_Task objective_
Only some lines are wanted. Transcribe, exactly, the lines below from the line with "Rectangle(SKETCH002_W, SKETCH002_H)" up to and including the line with "Circle(SKETCH004_R)".

++++ Provided information

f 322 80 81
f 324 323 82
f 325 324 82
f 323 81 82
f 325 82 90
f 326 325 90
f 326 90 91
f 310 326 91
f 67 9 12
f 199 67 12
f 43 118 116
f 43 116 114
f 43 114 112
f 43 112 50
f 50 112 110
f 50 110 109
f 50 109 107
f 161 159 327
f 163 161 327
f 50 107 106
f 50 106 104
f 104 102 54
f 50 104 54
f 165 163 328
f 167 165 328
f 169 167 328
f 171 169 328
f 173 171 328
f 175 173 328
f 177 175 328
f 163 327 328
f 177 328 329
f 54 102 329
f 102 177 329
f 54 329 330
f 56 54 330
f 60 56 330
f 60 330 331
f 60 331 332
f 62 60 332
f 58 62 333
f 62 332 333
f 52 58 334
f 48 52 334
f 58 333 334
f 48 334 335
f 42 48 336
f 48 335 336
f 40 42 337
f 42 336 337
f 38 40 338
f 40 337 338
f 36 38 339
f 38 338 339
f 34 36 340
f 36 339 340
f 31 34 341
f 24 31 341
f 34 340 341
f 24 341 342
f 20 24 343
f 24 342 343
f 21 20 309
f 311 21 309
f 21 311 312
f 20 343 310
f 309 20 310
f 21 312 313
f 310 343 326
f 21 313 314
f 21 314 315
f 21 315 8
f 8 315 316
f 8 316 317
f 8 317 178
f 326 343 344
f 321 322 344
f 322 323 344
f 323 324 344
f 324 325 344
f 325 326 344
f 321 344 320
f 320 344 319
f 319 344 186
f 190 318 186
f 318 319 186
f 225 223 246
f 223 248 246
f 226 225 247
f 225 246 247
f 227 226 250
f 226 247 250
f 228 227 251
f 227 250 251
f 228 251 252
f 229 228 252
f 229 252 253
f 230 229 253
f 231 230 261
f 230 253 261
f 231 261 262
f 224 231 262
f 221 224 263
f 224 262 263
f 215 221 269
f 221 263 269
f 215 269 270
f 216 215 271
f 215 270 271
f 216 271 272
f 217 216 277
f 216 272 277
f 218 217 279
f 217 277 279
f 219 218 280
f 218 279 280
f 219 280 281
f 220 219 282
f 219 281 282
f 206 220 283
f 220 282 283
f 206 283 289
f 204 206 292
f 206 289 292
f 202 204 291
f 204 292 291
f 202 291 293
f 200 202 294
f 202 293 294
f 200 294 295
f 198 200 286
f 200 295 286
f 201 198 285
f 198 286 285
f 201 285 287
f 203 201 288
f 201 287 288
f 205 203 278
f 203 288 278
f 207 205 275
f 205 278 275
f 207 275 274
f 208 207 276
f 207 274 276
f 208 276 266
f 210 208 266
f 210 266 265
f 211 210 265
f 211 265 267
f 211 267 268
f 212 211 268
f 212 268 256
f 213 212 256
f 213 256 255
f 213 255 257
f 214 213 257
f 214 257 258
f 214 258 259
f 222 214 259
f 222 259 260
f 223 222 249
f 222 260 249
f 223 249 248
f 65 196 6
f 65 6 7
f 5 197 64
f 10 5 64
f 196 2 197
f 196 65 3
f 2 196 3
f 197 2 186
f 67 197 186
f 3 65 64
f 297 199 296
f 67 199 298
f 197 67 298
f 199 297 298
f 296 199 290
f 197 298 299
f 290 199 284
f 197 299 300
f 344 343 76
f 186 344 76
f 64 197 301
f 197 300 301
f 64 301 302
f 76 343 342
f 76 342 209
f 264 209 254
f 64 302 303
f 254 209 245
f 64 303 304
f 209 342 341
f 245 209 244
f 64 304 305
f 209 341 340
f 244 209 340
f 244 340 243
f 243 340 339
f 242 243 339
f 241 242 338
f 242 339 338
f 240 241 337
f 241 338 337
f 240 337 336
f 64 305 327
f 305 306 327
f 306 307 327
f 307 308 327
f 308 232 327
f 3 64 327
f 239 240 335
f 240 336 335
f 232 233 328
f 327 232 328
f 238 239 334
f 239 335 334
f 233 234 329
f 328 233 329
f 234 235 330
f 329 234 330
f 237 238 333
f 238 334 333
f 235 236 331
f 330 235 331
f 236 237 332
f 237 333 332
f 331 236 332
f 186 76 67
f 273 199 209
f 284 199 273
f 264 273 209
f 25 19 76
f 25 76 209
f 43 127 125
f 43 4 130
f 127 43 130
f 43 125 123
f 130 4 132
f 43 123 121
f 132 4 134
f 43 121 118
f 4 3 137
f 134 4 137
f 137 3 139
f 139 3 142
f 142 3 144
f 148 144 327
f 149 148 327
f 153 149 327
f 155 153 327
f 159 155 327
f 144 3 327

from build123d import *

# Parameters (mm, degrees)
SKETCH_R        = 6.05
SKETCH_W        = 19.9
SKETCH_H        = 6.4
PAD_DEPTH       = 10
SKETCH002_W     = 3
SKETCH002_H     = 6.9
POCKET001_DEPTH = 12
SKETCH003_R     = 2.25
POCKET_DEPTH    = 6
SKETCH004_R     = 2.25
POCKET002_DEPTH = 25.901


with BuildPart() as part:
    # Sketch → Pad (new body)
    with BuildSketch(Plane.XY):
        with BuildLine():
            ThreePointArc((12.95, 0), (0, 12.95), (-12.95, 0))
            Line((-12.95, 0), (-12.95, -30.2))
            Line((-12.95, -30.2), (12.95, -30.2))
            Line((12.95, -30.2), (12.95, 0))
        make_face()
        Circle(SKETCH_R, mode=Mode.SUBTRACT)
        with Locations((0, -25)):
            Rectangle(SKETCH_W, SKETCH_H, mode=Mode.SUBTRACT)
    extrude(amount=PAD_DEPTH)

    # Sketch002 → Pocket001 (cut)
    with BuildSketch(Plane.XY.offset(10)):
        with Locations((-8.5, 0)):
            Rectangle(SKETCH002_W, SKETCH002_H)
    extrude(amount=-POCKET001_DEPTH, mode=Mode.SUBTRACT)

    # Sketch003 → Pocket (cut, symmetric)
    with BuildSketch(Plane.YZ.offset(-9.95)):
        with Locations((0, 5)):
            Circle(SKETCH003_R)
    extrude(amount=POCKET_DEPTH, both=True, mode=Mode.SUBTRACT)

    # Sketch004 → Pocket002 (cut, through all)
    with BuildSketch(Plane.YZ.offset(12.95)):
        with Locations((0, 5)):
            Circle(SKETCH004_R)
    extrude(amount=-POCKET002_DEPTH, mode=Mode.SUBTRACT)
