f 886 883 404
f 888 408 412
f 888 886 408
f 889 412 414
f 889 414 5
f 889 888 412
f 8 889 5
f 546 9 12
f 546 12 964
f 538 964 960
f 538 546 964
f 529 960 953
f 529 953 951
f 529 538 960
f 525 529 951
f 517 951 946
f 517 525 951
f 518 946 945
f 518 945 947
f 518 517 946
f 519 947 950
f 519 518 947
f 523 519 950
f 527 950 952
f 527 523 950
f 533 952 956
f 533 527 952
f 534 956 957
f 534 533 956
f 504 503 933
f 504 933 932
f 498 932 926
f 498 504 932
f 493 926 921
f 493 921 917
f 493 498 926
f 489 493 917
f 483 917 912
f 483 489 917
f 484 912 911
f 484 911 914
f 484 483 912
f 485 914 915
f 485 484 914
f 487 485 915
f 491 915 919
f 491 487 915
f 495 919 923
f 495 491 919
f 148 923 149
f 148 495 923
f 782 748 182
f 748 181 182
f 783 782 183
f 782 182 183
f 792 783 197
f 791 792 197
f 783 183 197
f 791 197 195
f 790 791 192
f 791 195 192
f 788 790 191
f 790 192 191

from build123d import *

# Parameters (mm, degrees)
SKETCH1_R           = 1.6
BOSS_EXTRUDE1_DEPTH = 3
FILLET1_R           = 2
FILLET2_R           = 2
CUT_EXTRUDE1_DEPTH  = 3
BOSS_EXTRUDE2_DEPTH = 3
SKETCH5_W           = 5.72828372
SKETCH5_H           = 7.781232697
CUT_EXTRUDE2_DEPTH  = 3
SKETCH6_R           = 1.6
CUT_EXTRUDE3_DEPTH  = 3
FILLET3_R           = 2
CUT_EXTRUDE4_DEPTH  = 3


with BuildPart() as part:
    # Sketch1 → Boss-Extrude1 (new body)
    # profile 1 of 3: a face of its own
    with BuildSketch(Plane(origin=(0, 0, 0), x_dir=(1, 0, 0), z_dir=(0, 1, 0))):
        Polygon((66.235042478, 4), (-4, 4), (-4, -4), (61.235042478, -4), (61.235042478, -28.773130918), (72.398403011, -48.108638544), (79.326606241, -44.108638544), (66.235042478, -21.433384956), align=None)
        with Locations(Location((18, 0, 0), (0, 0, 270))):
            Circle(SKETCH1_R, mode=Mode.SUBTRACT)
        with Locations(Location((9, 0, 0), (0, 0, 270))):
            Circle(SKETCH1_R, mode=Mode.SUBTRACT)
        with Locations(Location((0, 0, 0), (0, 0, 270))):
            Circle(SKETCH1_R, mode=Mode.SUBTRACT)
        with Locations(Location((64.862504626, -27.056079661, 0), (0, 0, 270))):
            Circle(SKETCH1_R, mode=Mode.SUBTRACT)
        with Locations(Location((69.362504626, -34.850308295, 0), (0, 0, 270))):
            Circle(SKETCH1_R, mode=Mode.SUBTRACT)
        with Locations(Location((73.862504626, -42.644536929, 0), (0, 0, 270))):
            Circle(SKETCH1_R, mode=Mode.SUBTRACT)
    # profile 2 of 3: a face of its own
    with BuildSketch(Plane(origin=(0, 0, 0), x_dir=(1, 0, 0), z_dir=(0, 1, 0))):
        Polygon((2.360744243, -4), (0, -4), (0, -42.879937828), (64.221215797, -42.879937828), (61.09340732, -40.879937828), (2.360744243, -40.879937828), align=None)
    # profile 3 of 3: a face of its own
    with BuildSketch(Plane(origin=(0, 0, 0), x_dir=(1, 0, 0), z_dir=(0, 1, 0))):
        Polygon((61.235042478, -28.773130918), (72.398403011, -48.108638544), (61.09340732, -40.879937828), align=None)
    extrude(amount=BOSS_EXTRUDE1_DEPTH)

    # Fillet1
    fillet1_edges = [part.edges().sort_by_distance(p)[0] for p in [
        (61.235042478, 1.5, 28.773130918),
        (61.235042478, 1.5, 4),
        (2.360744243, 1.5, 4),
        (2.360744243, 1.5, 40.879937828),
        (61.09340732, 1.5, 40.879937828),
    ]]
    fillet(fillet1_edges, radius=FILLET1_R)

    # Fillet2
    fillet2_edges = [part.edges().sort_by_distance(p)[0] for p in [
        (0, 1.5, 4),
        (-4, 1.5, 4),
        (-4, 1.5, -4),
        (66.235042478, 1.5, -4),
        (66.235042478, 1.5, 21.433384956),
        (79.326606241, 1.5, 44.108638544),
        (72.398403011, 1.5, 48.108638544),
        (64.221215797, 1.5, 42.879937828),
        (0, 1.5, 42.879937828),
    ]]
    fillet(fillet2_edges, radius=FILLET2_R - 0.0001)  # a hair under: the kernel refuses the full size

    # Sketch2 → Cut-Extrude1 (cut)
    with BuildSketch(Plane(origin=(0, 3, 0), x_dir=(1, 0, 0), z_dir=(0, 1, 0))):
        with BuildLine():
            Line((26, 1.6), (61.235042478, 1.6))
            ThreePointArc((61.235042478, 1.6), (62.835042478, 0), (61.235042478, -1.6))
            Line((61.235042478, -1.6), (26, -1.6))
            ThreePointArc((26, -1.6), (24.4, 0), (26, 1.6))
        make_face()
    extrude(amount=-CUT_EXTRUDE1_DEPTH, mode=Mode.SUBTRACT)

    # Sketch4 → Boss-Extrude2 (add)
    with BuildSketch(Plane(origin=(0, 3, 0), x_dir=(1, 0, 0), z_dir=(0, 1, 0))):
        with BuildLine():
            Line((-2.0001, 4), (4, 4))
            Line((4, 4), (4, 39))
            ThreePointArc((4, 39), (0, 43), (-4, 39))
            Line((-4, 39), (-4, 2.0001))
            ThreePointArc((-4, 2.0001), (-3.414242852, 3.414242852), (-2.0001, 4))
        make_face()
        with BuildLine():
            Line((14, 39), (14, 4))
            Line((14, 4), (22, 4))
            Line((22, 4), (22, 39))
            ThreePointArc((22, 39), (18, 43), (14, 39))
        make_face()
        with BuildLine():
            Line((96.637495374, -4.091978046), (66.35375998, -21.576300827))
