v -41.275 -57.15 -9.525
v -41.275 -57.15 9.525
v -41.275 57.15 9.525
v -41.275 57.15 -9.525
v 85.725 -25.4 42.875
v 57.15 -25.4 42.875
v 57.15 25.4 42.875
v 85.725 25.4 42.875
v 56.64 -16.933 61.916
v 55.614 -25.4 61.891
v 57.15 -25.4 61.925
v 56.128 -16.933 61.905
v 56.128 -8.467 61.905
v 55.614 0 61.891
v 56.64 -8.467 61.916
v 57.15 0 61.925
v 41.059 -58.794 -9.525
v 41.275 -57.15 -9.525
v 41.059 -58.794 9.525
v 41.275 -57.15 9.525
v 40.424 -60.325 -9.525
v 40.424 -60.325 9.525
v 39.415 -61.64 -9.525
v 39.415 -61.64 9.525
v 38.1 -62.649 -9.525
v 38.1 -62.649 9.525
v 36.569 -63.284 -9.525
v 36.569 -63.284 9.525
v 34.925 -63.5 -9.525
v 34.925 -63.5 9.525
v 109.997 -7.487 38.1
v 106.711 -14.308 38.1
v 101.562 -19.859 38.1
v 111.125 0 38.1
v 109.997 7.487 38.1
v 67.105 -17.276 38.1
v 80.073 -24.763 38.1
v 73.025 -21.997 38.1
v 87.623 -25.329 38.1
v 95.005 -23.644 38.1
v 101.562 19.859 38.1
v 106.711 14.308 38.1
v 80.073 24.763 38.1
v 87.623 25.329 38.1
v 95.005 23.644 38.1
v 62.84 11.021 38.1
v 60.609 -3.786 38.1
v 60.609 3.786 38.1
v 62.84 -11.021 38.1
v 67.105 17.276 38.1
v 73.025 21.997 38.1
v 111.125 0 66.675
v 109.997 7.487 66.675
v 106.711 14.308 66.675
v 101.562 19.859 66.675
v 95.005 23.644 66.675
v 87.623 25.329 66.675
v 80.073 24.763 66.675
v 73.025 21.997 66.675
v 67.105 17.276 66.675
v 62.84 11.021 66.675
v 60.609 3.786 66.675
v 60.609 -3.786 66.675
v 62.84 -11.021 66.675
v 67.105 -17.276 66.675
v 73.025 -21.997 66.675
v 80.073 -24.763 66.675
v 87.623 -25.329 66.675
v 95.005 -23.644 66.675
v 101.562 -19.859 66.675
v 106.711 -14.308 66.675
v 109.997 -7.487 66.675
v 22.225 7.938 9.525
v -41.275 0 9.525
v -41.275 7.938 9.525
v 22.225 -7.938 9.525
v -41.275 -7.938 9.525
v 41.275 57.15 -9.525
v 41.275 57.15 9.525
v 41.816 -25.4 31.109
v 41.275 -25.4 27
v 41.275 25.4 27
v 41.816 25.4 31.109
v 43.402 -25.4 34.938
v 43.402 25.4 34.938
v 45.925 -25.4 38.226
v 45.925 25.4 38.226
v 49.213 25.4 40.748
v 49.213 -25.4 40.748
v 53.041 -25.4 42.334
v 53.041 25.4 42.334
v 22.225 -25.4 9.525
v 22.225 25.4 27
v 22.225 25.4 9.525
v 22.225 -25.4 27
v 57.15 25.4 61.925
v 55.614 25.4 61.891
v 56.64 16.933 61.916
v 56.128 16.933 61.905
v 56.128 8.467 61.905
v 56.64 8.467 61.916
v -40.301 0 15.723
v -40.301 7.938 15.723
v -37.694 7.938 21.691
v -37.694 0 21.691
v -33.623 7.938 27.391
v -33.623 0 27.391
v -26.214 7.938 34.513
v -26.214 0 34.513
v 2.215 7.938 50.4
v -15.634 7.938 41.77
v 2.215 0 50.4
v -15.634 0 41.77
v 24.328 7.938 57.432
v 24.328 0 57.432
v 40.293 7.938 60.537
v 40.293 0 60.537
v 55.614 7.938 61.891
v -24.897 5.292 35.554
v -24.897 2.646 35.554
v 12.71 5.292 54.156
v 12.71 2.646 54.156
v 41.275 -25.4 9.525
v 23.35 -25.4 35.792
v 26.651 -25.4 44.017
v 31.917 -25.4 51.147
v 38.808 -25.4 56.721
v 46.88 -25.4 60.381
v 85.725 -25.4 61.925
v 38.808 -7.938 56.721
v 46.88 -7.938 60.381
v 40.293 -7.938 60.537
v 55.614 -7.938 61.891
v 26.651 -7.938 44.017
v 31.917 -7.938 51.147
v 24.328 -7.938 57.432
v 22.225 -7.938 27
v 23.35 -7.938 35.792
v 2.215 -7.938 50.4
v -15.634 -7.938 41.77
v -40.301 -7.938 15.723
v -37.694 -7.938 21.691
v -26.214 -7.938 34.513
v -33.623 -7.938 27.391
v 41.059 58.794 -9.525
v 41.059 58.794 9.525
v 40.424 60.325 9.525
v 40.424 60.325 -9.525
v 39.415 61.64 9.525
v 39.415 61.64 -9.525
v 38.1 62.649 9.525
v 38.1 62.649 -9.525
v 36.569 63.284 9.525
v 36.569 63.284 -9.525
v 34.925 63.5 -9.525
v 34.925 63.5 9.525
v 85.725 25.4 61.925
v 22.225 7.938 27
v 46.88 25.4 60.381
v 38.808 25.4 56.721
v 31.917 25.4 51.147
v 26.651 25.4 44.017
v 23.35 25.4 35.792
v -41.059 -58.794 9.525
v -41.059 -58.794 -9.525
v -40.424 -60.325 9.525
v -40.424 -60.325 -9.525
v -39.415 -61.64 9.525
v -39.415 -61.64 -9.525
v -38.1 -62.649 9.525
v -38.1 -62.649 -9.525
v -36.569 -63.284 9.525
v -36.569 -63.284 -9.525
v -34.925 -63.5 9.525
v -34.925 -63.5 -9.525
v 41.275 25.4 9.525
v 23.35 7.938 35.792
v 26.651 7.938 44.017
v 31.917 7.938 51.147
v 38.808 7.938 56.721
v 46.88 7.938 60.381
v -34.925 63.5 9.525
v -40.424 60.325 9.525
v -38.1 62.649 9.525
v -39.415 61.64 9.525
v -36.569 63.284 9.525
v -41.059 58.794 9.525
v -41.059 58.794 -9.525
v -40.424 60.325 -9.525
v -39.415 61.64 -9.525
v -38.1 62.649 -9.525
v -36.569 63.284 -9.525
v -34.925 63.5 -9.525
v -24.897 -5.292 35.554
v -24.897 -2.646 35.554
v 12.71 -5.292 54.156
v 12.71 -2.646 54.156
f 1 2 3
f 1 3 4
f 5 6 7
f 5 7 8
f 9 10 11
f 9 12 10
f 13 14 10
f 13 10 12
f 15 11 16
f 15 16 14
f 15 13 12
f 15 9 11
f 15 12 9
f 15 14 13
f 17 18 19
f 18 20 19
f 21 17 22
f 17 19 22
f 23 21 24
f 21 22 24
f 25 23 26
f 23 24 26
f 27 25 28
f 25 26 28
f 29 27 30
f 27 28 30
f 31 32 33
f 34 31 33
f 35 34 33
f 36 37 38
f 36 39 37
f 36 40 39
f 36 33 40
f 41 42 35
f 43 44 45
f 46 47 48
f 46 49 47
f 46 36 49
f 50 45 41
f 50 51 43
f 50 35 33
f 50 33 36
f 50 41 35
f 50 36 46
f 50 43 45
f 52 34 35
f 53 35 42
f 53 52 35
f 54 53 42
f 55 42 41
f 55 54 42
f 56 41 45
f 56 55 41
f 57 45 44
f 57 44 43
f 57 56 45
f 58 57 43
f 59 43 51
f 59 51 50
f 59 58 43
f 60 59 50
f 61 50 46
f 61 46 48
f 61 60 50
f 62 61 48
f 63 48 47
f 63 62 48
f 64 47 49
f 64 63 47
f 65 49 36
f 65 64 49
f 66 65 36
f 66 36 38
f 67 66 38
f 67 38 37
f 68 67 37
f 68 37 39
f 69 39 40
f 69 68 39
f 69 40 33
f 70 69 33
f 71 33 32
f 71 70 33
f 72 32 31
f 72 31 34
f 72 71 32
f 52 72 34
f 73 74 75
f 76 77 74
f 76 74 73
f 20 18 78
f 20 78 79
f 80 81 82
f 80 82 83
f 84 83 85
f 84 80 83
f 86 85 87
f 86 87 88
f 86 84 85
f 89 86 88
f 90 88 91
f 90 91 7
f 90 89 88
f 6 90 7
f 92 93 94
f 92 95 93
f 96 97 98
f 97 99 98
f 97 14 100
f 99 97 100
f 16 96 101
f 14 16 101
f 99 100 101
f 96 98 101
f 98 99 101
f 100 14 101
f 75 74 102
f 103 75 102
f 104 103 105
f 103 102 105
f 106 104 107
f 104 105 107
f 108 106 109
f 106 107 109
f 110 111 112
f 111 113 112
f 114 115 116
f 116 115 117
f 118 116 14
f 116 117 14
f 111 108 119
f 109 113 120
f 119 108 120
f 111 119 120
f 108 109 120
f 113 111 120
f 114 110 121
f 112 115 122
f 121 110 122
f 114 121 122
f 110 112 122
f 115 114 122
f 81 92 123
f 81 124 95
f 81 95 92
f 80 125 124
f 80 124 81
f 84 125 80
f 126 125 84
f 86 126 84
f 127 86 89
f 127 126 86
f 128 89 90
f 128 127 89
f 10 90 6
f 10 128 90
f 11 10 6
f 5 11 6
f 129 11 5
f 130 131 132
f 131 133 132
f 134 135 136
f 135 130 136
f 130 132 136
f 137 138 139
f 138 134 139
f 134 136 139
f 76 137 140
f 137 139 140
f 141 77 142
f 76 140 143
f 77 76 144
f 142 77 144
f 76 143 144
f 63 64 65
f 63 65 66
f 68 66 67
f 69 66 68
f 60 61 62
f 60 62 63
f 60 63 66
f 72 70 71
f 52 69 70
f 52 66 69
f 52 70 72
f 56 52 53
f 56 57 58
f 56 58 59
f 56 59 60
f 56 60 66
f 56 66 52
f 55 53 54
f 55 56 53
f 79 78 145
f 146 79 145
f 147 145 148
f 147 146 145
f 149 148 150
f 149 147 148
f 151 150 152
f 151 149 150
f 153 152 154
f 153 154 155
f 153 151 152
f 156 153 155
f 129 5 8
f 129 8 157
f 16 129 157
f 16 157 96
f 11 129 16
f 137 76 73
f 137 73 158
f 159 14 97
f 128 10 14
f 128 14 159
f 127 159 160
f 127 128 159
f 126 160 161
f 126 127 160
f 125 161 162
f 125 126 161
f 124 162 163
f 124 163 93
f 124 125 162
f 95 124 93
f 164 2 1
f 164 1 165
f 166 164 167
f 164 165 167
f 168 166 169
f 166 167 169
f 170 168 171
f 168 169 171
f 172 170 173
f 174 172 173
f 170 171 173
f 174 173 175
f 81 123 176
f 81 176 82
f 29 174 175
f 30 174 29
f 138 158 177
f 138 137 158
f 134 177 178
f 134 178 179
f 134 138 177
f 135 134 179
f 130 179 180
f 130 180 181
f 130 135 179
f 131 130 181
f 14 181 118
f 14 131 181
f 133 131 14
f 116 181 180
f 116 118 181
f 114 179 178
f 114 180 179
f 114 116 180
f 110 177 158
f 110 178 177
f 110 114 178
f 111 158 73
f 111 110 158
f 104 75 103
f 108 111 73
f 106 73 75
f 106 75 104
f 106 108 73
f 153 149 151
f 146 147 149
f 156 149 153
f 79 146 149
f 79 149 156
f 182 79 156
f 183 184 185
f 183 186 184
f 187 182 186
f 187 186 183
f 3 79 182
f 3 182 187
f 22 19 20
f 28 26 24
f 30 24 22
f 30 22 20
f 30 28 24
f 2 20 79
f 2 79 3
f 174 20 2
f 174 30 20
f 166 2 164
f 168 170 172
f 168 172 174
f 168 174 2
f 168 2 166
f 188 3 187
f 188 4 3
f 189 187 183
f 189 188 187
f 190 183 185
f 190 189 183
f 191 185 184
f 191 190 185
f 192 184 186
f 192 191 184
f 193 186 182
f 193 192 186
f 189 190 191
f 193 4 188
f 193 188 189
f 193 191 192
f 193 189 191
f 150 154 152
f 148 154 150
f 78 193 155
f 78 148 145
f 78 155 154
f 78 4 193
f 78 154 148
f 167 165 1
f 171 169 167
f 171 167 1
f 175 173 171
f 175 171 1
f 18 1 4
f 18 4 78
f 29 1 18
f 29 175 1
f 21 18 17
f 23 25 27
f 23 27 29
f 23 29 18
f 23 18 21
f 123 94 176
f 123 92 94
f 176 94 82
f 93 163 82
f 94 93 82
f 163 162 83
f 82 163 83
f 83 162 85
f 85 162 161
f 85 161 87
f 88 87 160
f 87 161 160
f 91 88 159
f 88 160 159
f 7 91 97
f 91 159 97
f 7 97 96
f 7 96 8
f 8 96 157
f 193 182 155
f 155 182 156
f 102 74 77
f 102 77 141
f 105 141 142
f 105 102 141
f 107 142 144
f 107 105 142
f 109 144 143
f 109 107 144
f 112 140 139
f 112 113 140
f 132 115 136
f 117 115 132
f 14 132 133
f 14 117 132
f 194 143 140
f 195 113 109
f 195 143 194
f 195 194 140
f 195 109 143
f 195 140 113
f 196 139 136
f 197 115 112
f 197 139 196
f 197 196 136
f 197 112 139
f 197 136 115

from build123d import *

# Parameters (mm, degrees)
F1_DEPTH = 63.5
F0_W     = 25.4
F0_H     = 19.05
F2_DEPTH = 25.4
F3_DEPTH = 7.9375
F5_R     = 6.35


with BuildPart() as f1:
    # F0 (on Front) → F1 (new body, symmetric)
    with BuildSketch(Plane.XZ):
        Polygon((-41.275, 9.525), (-41.275, -9.525), (41.275, -9.525), (41.275, 9.525), (22.225, 9.525), align=None)
    extrude(amount=F1_DEPTH, both=True)

    # F5
    f5_edges = [f1.edges().sort_by_distance(p)[0] for p in [
        (41.275, -63.5, 0),
        (-41.275, -63.5, 0),
        (-41.275, 63.5, 0),
        (41.275, 63.5, 0),
    ]]
    fillet(f5_edges, radius=F5_R)


with BuildPart() as f2:
    # F0 (on Front) → F2 (new body, symmetric)
    with BuildSketch(Plane.XZ):
        with BuildLine():
            Line((22.225, 9.525), (41.275, 9.525))
            Line((41.275, 9.525), (41.275, 27.0002))
            ThreePointArc((41.275, 27.0002), (45.9246798487, 38.2255201513), (57.15, 42.8752))
            Line((57.15, 42.8752), (60.325, 42.8752))
            Line((60.325, 42.8752), (60.325, 61.9252))
            Line((60.325, 61.9252), (57.15, 61.9252))
            add(Edge.make_bspline(
                [(55.6137149679, 61.8913944952), (56.1284696287, 61.9061846013), (56.6406146507, 61.9174638983), (57.15, 61.9252)],
                knots=[110.0962575469, 110.0962575469, 110.0962575469, 110.0962575469, 111.5045361635, 111.5045361635, 111.5045361635, 111.5045361635], degree=3))
            ThreePointArc((55.6137149679, 61.8913944952), (31.9169821489, 51.1466373175), (22.225, 27.0002))
            Line((22.225, 27.0002), (22.225, 9.525))
        make_face()
        with Locations((73.025, 52.4002)):
            Rectangle(F0_W, F0_H)
    extrude(amount=F2_DEPTH, both=True)


with BuildPart() as f3:
    # F0 (on Front) → F3 (new body, symmetric)
    with BuildSketch(Plane.XZ):
        with BuildLine():
            add(Edge.make_bspline(
                [(-41.275, 9.525), (-40.8207025308, 38.1215714255), (15.371279249, 60.7351351358), (55.6137149679, 61.8913944952)],
                knots=[0, 0, 0, 0, 110.0962575469, 110.0962575469, 110.0962575469, 110.0962575469], degree=3))
            Line((-41.275, 9.525), (22.225, 9.525))
            Line((22.225, 9.525), (22.225, 27.0002))
            ThreePointArc((22.225, 27.0002), (31.9169821489, 51.1466373175), (55.6137149679, 61.8913944952))
        make_face()
    extrude(amount=F3_DEPTH, both=True)


with BuildPart() as f4:
    # F0 (on Front) → F4 (revolve)
    with BuildSketch(Plane.XZ):
        Polygon((85.725, 66.675), (85.725, 61.9252), (85.725, 42.8752), (85.725, 38.1), (111.125, 38.1), (111.125, 66.675), align=None)
    revolve(axis=Axis((85.725, 0, 52.3875), (0, 0, 1)))


solid = Compound([f1.part, f2.part, f3.part, f4.part])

++++++++

_Solution to the exercise_
            Rectangle(SKETCH002_W, SKETCH002_H)
    extrude(amount=-POCKET001_DEPTH, mode=Mode.SUBTRACT)

    # Sketch003 → Pocket (cut, symmetric)
    with BuildSketch(Plane.YZ.offset(-9.95)):
        with Locations((0, 5)):
            Circle(SKETCH003_R)
    extrude(amount=POCKET_DEPTH, both=True, mode=Mode.SUBTRACT)

    # Sketch004 → Pocket002 (cut, through all)
    with BuildSketch(Plane.YZ.offset(12.95)):
        with Locations((0, 5)):
            Circle(SKETCH004_R)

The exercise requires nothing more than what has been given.